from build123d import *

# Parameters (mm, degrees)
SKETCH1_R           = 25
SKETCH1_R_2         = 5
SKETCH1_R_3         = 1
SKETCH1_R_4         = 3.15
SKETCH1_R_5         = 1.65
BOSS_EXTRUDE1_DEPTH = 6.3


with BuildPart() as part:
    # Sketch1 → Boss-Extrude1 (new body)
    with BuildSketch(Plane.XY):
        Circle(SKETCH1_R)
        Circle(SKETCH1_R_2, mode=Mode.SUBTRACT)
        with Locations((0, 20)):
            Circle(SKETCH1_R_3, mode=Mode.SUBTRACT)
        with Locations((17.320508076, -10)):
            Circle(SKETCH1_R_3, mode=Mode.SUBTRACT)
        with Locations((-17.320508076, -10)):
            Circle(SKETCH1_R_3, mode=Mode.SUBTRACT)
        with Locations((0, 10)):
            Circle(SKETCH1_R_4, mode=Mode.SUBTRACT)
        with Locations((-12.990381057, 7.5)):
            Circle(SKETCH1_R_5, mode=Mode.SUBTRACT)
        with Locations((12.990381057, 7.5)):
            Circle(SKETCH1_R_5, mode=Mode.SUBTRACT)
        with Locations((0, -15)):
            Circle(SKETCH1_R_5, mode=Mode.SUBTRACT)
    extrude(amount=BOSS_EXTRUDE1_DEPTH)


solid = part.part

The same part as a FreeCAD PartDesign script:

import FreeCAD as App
import Part
import Sketcher

V = App.Vector
Q = App.Units.Quantity

doc = App.newDocument("Part")
body = doc.addObject("PartDesign::Body", "Body")

# Sketch on XY plane
sketch1 = doc.addObject("Sketcher::SketchObject", "Sketch")
body.addObject(sketch1)
sketch1.AttachmentSupport = (doc.XY_Plane, [""])
sketch1.MapMode = "FlatFace"
sketch1.addGeometry(Part.Circle(V(0, 0, 0), V(0, 0, 1), 25), False)
sketch1.addGeometry(Part.Circle(V(-17.3, -10, 0), V(0, 0, 1), 1), False)
sketch1.addGeometry(Part.Circle(V(0, -15, 0), V(0, 0, 1), 1.6), False)
sketch1.addGeometry(Part.Circle(V(17.3, -10, 0), V(0, 0, 1), 1), False)
sketch1.addGeometry(Part.Circle(V(0, 0, 0), V(0, 0, 1), 5), False)
sketch1.addGeometry(Part.Circle(V(-13, 7.5, 0), V(0, 0, 1), 1.6), False)
sketch1.addGeometry(Part.Circle(V(0, 10, 0), V(0, 0, 1), 3.1), False)
sketch1.addGeometry(Part.Circle(V(13, 7.5, 0), V(0, 0, 1), 1.6), False)
sketch1.addGeometry(Part.Circle(V(0, 20, 0), V(0, 0, 1), 1), False)
sketch1.addConstraint(Sketcher.Constraint("Coincident", 0, 3, -1, 1))
sketch1.addConstraint(Sketcher.Constraint("Coincident", 4, 3, -1, 1))
sketch1.addConstraint(Sketcher.Constraint("Equal", 1, 3))
sketch1.addConstraint(Sketcher.Constraint("Equal", 2, 5))
sketch1.addConstraint(Sketcher.Constraint("Equal", 5, 7))
sketch1.addConstraint(Sketcher.Constraint("Equal", 3, 8))
sketch1.addConstraint(Sketcher.Constraint("Symmetric", 1, 3, 3, 3, -2))
sketch1.addConstraint(Sketcher.Constraint("Symmetric", 5, 3, 7, 3, -2))
sketch1.addConstraint(Sketcher.Constraint("PointOnObject", 2, 3, -2))
sketch1.addConstraint(Sketcher.Constraint("PointOnObject", 6, 3, -2))
sketch1.addConstraint(Sketcher.Constraint("PointOnObject", 8, 3, -2))
sketch1.addConstraint(Sketcher.Constraint("Diameter", 0, Q("50 mm")))
sketch1.addConstraint(Sketcher.Constraint("Diameter", 1, Q("2 mm")))
sketch1.addConstraint(Sketcher.Constraint("Diameter", 4, Q("10 mm")))
sketch1.addConstraint(Sketcher.Constraint("Diameter", 2, Q("3.3 mm")))
sketch1.addConstraint(Sketcher.Constraint("Diameter", 6, Q("6.3 mm")))
sketch1.addConstraint(Sketcher.Constraint("DistanceY", 1, 3, -1, 1, Q("10 mm")))
sketch1.addConstraint(Sketcher.Constraint("DistanceY", 2, 3, -1, 1, Q("15 mm")))
sketch1.addConstraint(Sketcher.Constraint("DistanceY", -1, 1, 6, 3, Q("10 mm")))
sketch1.addConstraint(Sketcher.Constraint("DistanceY", -1, 1, 8, 3, Q("20 mm")))
sketch1.addConstraint(Sketcher.Constraint("DistanceY", -1, 1, 5, 3, Q("7.5 mm")))
sketch1.addConstraint(Sketcher.Constraint("DistanceX", 1, 3, -1, 1, Q("17.320508 mm")))
sketch1.addConstraint(Sketcher.Constraint("DistanceX", 5, 3, -1, 1, Q("12.990381 mm")))
pad1 = doc.addObject("PartDesign::Pad", "Pad")
body.addObject(pad1)
pad1.Profile = sketch1
pad1.Length = 6.3

doc.recompute()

ASSIGNMENT:
Copy exactly the stretch of data above from the line with "with BuildPart() as" through the line with "The same part", and omit all other lines.

EXPECTED ANSWER:
with BuildPart() as part:
    # Sketch1 → Boss-Extrude1 (new body)
    with BuildSketch(Plane.XY):
        Circle(SKETCH1_R)
        Circle(SKETCH1_R_2, mode=Mode.SUBTRACT)
        with Locations((0, 20)):
            Circle(SKETCH1_R_3, mode=Mode.SUBTRACT)
        with Locations((17.320508076, -10)):
            Circle(SKETCH1_R_3, mode=Mode.SUBTRACT)
        with Locations((-17.320508076, -10)):
            Circle(SKETCH1_R_3, mode=Mode.SUBTRACT)
        with Locations((0, 10)):
            Circle(SKETCH1_R_4, mode=Mode.SUBTRACT)
        with Locations((-12.990381057, 7.5)):
            Circle(SKETCH1_R_5, mode=Mode.SUBTRACT)
        with Locations((12.990381057, 7.5)):
            Circle(SKETCH1_R_5, mode=Mode.SUBTRACT)
        with Locations((0, -15)):
            Circle(SKETCH1_R_5, mode=Mode.SUBTRACT)
    extrude(amount=BOSS_EXTRUDE1_DEPTH)


solid = part.part

The same part as a FreeCAD PartDesign script:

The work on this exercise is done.